GRAIL: Graph Edit Distance and Node Alignment using LLM-Generated Code

Published: 01 May 2025, Last Modified: 18 Jun 2025ICML 2025 posterEveryoneRevisionsBibTeXCC BY 4.0
TL;DR: GRAIL leverages LLMs and automated prompt engineering, guided by an evolutionary algorithm, to generate programs for accurate, cross-domain generalizable, and interpretable Graph Edit Distance computation.

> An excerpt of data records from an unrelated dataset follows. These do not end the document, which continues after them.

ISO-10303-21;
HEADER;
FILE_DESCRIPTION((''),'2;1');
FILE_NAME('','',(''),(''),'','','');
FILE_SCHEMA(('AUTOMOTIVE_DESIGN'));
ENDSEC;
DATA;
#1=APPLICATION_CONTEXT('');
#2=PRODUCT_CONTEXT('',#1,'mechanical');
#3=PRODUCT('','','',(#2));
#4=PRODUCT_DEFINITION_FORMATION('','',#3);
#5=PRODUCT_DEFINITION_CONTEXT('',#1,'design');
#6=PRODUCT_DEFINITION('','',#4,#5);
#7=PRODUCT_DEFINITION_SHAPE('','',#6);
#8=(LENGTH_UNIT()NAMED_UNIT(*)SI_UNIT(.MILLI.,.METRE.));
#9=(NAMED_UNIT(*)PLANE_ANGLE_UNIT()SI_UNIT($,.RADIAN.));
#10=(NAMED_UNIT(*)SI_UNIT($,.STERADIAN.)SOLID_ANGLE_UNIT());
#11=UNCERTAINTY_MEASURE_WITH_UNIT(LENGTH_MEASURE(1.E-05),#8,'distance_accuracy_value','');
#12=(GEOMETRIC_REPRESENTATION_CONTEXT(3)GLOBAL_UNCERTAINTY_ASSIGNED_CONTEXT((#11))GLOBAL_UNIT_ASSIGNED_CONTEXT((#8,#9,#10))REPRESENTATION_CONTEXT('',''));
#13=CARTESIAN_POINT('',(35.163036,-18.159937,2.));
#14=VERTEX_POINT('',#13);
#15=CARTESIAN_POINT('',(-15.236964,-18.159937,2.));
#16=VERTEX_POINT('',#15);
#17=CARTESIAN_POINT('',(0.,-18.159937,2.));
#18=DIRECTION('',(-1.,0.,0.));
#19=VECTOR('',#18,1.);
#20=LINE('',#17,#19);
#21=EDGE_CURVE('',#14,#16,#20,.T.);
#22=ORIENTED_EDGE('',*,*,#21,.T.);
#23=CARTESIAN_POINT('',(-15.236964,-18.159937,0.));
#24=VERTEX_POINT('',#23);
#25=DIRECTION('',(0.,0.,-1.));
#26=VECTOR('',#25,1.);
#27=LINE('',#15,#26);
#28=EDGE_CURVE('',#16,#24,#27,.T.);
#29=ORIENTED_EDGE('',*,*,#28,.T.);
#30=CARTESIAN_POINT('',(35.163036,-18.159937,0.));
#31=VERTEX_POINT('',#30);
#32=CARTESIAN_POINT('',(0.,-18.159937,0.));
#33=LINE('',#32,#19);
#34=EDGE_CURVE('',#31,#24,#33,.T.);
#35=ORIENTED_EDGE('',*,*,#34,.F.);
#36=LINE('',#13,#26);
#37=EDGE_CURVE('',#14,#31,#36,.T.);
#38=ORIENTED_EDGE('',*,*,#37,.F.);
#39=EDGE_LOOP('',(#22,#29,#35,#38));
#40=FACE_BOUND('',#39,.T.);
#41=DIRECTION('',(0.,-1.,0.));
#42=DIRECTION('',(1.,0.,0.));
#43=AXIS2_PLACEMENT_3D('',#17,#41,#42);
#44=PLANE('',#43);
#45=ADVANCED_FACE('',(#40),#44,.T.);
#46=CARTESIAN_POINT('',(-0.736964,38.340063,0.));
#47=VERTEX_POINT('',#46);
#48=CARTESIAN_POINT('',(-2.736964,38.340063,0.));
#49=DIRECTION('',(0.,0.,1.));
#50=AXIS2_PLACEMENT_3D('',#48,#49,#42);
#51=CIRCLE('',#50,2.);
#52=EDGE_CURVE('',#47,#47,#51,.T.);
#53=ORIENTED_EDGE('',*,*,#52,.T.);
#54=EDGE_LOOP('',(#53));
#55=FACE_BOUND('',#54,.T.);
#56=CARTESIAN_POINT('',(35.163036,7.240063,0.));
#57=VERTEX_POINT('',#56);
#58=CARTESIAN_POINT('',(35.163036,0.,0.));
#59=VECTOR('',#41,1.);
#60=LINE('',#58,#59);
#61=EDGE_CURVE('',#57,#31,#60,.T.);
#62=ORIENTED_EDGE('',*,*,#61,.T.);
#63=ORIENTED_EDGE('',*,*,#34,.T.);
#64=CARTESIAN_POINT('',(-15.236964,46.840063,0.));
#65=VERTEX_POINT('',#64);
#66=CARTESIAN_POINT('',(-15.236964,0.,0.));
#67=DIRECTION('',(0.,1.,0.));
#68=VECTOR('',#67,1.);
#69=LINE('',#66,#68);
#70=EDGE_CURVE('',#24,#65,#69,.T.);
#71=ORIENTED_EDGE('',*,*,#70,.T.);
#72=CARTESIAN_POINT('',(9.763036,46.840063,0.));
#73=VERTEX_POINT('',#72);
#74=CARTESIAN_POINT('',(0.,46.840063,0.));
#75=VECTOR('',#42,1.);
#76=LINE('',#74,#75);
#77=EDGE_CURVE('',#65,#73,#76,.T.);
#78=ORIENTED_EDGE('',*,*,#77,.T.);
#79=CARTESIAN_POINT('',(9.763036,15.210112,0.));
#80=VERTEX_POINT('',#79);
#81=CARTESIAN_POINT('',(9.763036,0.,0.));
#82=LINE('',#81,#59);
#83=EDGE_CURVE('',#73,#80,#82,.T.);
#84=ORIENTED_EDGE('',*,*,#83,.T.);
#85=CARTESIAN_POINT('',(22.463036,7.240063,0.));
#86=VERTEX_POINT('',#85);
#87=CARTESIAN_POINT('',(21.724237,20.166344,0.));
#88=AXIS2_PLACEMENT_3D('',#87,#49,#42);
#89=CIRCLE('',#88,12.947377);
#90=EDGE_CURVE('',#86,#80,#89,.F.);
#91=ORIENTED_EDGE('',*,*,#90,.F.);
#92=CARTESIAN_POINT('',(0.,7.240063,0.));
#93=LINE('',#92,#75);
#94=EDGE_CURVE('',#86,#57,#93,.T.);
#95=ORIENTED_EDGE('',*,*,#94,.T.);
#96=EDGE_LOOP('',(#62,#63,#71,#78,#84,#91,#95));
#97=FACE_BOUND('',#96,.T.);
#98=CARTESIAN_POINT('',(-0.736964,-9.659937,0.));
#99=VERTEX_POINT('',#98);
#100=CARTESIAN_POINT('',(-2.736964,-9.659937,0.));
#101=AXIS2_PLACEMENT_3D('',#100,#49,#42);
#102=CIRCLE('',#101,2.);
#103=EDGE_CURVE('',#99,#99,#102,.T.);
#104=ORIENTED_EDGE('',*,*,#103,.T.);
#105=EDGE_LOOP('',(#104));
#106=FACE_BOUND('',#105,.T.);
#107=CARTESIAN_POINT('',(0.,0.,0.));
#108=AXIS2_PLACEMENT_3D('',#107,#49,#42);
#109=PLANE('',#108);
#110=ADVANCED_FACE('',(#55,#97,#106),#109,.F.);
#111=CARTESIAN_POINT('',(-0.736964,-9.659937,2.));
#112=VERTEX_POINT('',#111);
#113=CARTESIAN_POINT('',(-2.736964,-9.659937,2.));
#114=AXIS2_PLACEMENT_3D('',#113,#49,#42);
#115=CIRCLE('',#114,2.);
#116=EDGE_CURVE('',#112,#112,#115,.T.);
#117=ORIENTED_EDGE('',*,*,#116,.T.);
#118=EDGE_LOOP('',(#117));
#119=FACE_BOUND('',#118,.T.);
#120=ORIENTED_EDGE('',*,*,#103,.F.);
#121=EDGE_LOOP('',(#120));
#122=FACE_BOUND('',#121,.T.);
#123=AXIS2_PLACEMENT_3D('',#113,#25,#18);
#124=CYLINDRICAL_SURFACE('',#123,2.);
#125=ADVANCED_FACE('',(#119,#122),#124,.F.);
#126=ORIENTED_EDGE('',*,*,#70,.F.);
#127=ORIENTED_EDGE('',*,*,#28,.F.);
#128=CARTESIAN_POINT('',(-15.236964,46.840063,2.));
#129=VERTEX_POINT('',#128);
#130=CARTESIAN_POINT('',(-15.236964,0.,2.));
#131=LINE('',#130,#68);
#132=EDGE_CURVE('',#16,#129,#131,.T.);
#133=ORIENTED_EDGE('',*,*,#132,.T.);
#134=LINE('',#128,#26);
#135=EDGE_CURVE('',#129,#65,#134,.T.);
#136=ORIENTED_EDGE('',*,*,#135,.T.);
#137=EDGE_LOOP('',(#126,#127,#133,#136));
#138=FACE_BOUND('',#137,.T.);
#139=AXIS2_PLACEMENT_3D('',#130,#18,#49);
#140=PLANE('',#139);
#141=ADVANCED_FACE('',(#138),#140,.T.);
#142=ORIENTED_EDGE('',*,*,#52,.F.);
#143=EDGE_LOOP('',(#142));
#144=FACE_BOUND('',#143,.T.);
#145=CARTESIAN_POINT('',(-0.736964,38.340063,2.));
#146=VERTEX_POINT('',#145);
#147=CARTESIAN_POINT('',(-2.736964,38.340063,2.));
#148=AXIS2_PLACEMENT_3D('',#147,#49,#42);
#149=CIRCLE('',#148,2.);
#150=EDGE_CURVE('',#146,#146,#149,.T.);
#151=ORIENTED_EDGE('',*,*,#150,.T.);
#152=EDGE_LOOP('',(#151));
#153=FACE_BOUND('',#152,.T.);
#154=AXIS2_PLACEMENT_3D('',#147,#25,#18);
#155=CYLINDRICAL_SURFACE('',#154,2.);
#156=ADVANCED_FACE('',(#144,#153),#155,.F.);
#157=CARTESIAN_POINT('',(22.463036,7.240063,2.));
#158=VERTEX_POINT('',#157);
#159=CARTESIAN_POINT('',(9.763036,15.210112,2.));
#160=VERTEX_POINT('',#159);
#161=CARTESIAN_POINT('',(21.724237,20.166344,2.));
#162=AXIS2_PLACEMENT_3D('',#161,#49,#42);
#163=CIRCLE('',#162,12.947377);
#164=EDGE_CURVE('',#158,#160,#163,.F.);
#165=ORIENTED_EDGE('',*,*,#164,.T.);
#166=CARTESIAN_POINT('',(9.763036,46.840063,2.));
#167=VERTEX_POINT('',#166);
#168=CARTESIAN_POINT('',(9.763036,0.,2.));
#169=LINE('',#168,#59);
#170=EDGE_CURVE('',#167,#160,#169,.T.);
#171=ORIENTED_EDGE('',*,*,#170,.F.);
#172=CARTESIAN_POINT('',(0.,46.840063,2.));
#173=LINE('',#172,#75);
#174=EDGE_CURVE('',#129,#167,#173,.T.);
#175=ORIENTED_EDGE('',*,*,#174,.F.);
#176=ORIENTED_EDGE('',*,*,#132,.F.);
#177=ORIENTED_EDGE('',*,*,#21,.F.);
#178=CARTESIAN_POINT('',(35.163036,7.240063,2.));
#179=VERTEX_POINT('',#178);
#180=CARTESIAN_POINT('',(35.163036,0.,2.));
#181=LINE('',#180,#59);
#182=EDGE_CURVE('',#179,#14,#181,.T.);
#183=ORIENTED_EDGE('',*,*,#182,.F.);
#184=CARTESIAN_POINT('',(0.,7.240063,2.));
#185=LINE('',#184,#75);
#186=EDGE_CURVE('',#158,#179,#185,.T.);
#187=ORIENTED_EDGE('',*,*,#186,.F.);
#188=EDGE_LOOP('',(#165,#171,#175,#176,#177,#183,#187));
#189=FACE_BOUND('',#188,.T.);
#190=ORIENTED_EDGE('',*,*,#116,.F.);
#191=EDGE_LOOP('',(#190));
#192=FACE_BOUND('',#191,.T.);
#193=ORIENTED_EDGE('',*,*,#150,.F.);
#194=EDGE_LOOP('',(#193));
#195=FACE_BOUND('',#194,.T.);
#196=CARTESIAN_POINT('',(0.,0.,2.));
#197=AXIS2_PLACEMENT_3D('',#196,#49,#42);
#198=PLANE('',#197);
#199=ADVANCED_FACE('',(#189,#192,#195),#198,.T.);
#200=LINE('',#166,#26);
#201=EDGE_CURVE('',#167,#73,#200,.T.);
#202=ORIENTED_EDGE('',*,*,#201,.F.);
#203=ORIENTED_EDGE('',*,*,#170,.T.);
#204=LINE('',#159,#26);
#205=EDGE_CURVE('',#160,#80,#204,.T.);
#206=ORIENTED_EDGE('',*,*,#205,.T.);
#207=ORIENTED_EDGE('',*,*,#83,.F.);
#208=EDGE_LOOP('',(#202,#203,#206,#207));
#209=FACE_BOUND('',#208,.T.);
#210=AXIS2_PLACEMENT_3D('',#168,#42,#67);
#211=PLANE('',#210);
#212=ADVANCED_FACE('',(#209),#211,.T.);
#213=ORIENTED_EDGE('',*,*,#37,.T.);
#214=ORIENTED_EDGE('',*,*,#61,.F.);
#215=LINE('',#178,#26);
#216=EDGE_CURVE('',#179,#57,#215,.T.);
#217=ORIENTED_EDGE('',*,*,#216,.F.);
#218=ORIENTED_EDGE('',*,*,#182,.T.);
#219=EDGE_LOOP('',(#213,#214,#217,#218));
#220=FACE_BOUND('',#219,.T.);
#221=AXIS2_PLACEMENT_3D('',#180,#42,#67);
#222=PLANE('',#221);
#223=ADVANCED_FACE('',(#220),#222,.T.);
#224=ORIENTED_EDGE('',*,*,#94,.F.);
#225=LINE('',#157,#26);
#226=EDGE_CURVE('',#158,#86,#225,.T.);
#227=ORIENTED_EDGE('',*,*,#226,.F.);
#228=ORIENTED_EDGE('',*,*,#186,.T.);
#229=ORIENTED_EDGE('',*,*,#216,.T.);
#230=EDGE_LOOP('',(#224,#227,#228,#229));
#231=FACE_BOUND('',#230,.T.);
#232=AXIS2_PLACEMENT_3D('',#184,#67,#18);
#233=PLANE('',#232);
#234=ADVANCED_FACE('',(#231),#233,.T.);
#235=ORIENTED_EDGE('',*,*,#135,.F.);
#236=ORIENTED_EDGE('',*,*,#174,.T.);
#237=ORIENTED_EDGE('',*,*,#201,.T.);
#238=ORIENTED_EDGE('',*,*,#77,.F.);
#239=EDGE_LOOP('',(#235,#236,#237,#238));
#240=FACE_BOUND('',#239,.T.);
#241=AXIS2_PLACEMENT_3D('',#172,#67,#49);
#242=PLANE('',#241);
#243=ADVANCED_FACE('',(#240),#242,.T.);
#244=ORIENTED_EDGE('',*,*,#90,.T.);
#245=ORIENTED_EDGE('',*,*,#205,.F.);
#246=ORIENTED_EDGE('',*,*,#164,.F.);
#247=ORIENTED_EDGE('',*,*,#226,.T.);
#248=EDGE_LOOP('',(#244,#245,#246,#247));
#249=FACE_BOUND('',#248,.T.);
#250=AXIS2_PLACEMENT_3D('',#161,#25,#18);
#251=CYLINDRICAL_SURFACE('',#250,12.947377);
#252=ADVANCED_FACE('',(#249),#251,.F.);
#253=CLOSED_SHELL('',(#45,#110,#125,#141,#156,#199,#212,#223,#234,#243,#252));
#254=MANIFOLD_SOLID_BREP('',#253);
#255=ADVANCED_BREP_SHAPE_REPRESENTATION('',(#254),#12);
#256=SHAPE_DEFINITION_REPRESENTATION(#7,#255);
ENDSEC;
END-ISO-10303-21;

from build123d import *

# Parameters (mm, degrees)
SKETCH1_R           = 2
BOSS_EXTRUDE1_DEPTH = 2


with BuildPart() as part:
    # Sketch1 → Boss-Extrude1 (new body)
    with BuildSketch(Plane.XY):
        with BuildLine():
            Line((-15.236964255, 46.840062703), (-15.236964255, -18.159937297))
            Line((-15.236964255, -18.159937297), (35.163035745, -18.159937297))
            Line((35.163035745, -18.159937297), (35.163035745, 7.240062703))
            Line((35.163035745, 7.240062703), (22.463035745, 7.240062703))
            ThreePointArc((22.463035745, 7.240062703), (14.841940785, 9.199641421), (9.763035745, 15.210112346))
            Line((9.763035745, 15.210112346), (9.763035745, 46.840062703))
            Line((9.763035745, 46.840062703), (-15.236964255, 46.840062703))
        make_face()
        with Locations((-2.736964255, -9.659937297)):
            Circle(SKETCH1_R, mode=Mode.SUBTRACT)
        with Locations((-2.736964255, 38.340062703)):
            Circle(SKETCH1_R, mode=Mode.SUBTRACT)
    extrude(amount=BOSS_EXTRUDE1_DEPTH)


solid = part.part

Abstract: Graph Edit Distance (GED) is a widely used metric for measuring similarity between two graphs. Computing the optimal GED is NP-hard, leading to the development of various neural and non-neural heuristics. While neural methods have achieved improved approximation quality compared to non-neural approaches, they face significant challenges: (1) They require large amounts of ground truth data, which is itself NP-hard to compute. (2) They operate as black boxes, offering limited interpretability. (3) They lack cross-domain generalization, necessitating expensive retraining for each new dataset. We address these limitations with GRAIL, introducing a paradigm shift in this domain. Instead of training a neural model to predict GED, GRAIL employs a novel combination of large language models (LLMs) and automated prompt tuning to generate a *program* that is used to compute GED. This shift from predicting GED to generating programs imparts various advantages, including end-to-end interpretability and an autonomous self-evolutionary learning mechanism without ground-truth supervision. Extensive experiments on seven datasets confirm that GRAIL not only surpasses state-of-the-art GED approximation methods in prediction quality but also achieves robust cross-domain generalization across diverse graph distributions.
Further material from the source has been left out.